_INSTRUCTIONS TO FOLLOW:_ Precisely the lines from the one with "#95=FACE_BOUND('',#94,.T.);" through the end of the data, both included, must make up the response, each restated word for word.
── PROVIDED MATERIAL ──
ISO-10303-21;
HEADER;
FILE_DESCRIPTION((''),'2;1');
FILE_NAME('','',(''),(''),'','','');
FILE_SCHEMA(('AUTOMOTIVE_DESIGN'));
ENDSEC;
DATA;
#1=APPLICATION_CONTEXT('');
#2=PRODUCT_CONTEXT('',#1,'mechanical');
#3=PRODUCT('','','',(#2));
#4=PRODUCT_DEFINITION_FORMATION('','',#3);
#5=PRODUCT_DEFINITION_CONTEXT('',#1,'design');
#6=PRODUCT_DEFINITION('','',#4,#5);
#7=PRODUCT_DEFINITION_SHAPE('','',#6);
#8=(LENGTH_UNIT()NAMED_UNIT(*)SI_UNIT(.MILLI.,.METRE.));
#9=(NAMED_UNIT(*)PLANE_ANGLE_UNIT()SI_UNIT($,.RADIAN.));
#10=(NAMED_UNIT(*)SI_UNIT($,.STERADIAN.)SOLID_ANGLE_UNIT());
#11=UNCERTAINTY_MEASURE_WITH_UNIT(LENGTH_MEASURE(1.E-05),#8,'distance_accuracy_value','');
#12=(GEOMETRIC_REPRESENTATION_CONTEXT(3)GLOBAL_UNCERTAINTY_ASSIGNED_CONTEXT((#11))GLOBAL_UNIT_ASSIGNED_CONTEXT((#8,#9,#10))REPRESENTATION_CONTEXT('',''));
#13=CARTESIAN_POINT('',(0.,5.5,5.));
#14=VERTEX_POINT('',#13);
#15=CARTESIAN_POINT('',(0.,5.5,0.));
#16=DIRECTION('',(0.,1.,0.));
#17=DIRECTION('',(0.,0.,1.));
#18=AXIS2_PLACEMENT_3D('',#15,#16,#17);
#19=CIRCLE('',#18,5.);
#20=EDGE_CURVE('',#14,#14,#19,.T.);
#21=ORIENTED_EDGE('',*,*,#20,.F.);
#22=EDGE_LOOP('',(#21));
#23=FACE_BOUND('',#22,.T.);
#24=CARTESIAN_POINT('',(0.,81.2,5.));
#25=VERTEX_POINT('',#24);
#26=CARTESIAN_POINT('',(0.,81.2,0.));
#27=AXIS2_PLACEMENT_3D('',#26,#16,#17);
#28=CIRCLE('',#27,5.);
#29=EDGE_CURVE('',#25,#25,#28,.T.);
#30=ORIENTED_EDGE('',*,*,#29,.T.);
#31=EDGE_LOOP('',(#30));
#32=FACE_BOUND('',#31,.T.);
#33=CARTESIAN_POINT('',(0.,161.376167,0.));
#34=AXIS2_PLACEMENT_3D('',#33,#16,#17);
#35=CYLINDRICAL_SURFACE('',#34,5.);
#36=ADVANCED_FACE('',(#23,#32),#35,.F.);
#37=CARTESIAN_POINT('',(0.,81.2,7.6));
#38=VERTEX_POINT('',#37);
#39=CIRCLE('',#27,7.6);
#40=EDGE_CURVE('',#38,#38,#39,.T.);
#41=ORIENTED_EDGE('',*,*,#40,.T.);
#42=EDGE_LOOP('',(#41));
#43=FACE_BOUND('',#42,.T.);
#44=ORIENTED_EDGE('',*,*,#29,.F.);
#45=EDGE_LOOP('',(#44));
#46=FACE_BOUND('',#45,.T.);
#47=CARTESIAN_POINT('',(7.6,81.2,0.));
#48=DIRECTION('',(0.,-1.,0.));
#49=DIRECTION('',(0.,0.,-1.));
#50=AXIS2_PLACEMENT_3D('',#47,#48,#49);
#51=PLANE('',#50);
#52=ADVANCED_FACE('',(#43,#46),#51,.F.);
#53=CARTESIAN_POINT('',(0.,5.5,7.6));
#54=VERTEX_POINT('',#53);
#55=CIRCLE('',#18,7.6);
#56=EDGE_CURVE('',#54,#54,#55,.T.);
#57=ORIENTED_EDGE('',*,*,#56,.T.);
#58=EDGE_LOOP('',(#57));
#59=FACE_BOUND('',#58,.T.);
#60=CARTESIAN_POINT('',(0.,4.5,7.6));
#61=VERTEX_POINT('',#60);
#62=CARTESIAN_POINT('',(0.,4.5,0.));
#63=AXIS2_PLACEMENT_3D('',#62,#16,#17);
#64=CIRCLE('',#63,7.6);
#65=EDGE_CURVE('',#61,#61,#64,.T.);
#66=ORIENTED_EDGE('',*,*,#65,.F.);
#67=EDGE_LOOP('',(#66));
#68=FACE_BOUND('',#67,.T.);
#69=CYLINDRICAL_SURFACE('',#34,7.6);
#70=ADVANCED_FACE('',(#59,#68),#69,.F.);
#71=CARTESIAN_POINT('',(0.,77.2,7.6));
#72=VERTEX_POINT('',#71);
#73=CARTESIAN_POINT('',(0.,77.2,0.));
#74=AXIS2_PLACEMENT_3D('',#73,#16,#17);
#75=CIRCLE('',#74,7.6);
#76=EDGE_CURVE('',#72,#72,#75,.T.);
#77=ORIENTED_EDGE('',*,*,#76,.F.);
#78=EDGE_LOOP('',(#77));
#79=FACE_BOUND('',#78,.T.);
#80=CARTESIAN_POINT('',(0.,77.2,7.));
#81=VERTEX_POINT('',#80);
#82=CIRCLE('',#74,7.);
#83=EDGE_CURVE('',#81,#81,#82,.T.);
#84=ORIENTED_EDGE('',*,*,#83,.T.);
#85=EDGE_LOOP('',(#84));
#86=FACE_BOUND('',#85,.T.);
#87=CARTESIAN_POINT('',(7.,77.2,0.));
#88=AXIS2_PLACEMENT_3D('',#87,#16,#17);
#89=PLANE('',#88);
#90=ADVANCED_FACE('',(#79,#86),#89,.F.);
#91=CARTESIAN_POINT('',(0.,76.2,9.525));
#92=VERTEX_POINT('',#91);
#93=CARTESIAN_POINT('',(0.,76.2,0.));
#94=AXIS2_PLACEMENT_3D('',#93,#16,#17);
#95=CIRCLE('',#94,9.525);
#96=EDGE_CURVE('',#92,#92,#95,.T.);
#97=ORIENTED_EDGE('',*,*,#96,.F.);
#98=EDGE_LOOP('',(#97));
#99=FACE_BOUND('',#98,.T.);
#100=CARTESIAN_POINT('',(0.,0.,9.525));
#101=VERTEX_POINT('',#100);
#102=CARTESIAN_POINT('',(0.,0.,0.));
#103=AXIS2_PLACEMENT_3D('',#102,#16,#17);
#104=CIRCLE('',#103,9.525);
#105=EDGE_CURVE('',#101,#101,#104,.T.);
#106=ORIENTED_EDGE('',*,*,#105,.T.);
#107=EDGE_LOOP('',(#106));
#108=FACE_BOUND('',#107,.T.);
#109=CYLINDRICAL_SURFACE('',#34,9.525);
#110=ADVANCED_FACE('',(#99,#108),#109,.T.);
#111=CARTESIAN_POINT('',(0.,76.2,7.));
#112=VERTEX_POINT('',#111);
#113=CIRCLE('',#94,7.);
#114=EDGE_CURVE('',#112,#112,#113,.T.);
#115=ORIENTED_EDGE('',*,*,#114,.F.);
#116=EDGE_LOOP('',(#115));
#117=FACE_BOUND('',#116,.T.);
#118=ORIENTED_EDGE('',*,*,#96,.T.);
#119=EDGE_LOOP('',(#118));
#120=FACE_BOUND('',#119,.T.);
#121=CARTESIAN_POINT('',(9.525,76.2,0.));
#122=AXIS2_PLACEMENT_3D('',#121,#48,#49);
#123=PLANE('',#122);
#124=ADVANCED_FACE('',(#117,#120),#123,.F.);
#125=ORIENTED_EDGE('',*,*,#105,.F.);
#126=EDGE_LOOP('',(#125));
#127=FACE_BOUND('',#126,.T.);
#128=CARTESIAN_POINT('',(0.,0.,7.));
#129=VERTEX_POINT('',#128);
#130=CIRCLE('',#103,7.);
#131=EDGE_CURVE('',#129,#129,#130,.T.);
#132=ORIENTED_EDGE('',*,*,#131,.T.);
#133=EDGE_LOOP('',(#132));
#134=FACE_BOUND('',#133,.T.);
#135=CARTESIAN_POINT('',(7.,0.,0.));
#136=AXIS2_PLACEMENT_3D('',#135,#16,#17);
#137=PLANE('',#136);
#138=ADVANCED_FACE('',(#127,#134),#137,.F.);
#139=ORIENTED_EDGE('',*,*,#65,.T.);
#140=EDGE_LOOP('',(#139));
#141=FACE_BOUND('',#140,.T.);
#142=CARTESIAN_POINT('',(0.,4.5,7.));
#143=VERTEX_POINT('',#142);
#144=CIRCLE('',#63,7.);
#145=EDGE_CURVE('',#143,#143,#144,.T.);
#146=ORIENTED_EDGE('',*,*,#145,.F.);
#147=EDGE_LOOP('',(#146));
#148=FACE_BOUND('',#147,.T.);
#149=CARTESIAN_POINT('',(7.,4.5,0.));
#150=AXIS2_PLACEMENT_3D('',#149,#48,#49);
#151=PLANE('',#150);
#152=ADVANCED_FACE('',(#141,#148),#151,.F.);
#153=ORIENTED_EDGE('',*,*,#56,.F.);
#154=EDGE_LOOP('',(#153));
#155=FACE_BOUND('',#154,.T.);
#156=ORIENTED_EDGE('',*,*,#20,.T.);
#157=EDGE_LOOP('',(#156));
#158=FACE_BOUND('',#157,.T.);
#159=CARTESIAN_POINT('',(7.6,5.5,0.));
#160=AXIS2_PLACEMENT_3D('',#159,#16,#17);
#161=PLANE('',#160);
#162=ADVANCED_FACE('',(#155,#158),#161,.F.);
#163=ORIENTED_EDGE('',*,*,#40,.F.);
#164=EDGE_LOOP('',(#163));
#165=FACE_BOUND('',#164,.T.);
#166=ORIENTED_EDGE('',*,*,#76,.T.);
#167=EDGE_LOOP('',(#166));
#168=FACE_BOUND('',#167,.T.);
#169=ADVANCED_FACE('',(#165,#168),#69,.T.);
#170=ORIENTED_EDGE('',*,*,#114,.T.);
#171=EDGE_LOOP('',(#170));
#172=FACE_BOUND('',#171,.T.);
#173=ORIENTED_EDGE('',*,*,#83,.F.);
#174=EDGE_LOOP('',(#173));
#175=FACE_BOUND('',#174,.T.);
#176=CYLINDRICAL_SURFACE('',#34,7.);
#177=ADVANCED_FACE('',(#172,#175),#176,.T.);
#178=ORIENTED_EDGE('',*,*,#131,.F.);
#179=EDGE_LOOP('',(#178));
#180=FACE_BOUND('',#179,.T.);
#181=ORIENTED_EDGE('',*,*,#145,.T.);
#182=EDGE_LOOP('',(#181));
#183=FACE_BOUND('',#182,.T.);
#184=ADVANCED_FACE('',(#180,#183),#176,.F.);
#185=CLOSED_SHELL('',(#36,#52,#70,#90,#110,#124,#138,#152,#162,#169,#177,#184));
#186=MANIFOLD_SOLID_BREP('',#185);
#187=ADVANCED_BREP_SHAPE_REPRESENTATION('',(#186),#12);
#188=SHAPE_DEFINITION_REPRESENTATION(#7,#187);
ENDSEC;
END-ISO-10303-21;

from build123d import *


with BuildPart() as part:
    # 草图1 → 旋转1 (revolve)
    with BuildSketch(Plane.XY, mode=Mode.PRIVATE) as revolve_1_sk:
        Polygon((7, 0), (7, 4.5), (7.6, 4.5), (7.6, 5.5), (5, 5.5), (5, 81.2), (7.6, 81.2), (7.6, 77.2), (7, 77.2), (7, 76.2), (9.525, 76.2), (9.525, 0), align=None)
    revolve(revolve_1_sk.sketch.rotate(Axis((0, 161.376166943, 0), (0, -1, 0)), 90), axis=Axis((0, 161.376166943, 0), (0, -1, 0)))  # turned: the seam where the file's is


solid = part.part
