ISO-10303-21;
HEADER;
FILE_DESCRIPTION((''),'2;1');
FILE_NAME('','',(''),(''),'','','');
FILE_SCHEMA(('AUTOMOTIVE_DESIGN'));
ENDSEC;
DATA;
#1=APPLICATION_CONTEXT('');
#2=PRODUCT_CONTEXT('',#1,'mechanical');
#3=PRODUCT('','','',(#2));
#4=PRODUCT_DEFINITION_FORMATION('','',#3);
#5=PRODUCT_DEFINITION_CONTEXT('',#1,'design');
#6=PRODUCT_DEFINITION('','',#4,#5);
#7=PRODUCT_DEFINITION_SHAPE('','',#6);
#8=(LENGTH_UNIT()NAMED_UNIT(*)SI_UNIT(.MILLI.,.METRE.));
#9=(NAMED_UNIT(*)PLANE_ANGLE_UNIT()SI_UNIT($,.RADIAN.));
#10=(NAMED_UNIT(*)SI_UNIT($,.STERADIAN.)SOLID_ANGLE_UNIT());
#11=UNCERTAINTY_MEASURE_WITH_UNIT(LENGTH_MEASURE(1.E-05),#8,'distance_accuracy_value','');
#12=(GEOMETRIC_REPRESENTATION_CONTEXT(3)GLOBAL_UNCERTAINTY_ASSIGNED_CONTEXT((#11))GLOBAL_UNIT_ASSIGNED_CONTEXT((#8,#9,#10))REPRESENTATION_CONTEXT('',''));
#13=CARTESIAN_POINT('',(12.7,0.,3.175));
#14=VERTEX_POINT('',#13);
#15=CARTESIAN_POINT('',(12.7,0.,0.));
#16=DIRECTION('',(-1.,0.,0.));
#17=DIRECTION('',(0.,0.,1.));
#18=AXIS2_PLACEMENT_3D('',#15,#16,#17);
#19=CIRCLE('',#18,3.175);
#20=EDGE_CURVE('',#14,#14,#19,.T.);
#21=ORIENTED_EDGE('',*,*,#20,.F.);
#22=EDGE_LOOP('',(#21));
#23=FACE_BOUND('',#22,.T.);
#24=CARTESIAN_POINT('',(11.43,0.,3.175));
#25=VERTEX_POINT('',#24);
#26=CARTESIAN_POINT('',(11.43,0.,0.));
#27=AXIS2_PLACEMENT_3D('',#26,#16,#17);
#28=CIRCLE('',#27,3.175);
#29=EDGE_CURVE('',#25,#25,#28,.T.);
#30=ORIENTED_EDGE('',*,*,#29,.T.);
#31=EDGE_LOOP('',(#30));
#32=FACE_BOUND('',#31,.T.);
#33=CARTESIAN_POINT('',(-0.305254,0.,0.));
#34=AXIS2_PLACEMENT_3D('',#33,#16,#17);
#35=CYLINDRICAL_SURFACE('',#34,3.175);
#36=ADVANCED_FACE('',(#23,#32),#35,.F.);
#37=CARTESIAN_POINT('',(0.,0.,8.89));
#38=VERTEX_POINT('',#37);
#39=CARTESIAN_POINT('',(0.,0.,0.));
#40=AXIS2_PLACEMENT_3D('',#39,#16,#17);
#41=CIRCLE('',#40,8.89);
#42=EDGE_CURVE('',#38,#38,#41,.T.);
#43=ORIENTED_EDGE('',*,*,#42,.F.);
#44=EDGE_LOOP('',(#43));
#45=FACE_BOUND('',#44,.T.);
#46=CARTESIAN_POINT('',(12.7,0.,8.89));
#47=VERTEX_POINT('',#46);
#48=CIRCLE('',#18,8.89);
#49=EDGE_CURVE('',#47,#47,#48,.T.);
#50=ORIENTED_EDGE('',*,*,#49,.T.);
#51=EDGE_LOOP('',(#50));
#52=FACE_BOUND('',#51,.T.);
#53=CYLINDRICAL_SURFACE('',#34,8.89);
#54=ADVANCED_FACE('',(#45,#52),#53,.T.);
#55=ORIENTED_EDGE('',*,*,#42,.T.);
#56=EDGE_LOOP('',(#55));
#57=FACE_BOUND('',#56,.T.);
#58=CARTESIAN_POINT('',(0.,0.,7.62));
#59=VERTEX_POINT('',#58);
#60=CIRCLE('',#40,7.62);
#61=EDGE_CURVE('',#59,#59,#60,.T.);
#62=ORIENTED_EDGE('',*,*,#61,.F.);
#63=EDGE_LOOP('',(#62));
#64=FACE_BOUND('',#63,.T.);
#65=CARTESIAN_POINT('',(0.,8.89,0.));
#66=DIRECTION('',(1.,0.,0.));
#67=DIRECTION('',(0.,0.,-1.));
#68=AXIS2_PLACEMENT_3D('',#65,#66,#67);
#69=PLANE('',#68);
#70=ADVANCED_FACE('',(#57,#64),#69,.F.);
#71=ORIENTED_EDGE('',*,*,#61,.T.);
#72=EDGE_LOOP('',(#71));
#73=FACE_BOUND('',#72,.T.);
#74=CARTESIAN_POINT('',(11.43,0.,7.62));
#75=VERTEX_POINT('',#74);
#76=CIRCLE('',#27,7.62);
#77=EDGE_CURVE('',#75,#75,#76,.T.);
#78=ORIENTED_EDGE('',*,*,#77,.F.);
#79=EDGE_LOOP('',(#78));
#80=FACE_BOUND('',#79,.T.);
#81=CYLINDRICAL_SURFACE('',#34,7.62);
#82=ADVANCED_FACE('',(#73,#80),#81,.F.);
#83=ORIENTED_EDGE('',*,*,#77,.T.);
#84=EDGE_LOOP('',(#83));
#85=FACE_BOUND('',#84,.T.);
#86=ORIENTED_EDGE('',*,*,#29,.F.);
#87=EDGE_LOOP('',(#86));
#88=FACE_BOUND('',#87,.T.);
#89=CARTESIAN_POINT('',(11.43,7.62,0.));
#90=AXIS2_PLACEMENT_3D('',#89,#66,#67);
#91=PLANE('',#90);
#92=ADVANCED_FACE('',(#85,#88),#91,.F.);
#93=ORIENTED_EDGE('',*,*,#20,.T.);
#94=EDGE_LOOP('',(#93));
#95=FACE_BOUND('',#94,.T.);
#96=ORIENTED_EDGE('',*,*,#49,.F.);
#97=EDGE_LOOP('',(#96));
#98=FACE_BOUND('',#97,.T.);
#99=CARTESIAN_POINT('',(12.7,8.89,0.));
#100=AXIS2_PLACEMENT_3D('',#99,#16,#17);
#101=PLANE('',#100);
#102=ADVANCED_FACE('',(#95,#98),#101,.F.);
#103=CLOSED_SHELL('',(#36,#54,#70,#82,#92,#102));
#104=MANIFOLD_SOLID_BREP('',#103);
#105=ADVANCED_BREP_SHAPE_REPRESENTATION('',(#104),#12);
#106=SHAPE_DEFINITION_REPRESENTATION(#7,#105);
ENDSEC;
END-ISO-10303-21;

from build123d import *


with BuildPart() as part:
    # Sketch1 → Revolve1 (revolve)
    with BuildSketch(Plane.XY):
        Polygon((0, 7.62), (11.43, 7.62), (11.43, 3.175), (12.7, 3.175), (12.7, 8.89), (0, 8.89), align=None)
    revolve(axis=Axis((-0.305253565, 0, 0), (1, 0, 0)))


solid = part.part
───
_THE COMPLETED TASK:_
#95=FACE_BOUND('',#94,.T.);
#96=ORIENTED_EDGE('',*,*,#49,.F.);
#97=EDGE_LOOP('',(#96));
#98=FACE_BOUND('',#97,.T.);
#99=CARTESIAN_POINT('',(12.7,8.89,0.));
#100=AXIS2_PLACEMENT_3D('',#99,#16,#17);
#101=PLANE('',#100);
#102=ADVANCED_FACE('',(#95,#98),#101,.F.);
#103=CLOSED_SHELL('',(#36,#54,#70,#82,#92,#102));
#104=MANIFOLD_SOLID_BREP('',#103);
#105=ADVANCED_BREP_SHAPE_REPRESENTATION('',(#104),#12);
#106=SHAPE_DEFINITION_REPRESENTATION(#7,#105);
ENDSEC;
END-ISO-10303-21;

from build123d import *


with BuildPart() as part:
    # Sketch1 → Revolve1 (revolve)
    with BuildSketch(Plane.XY):
        Polygon((0, 7.62), (11.43, 7.62), (11.43, 3.175), (12.7, 3.175), (12.7, 8.89), (0, 8.89), align=None)
    revolve(axis=Axis((-0.305253565, 0, 0), (1, 0, 0)))


solid = part.part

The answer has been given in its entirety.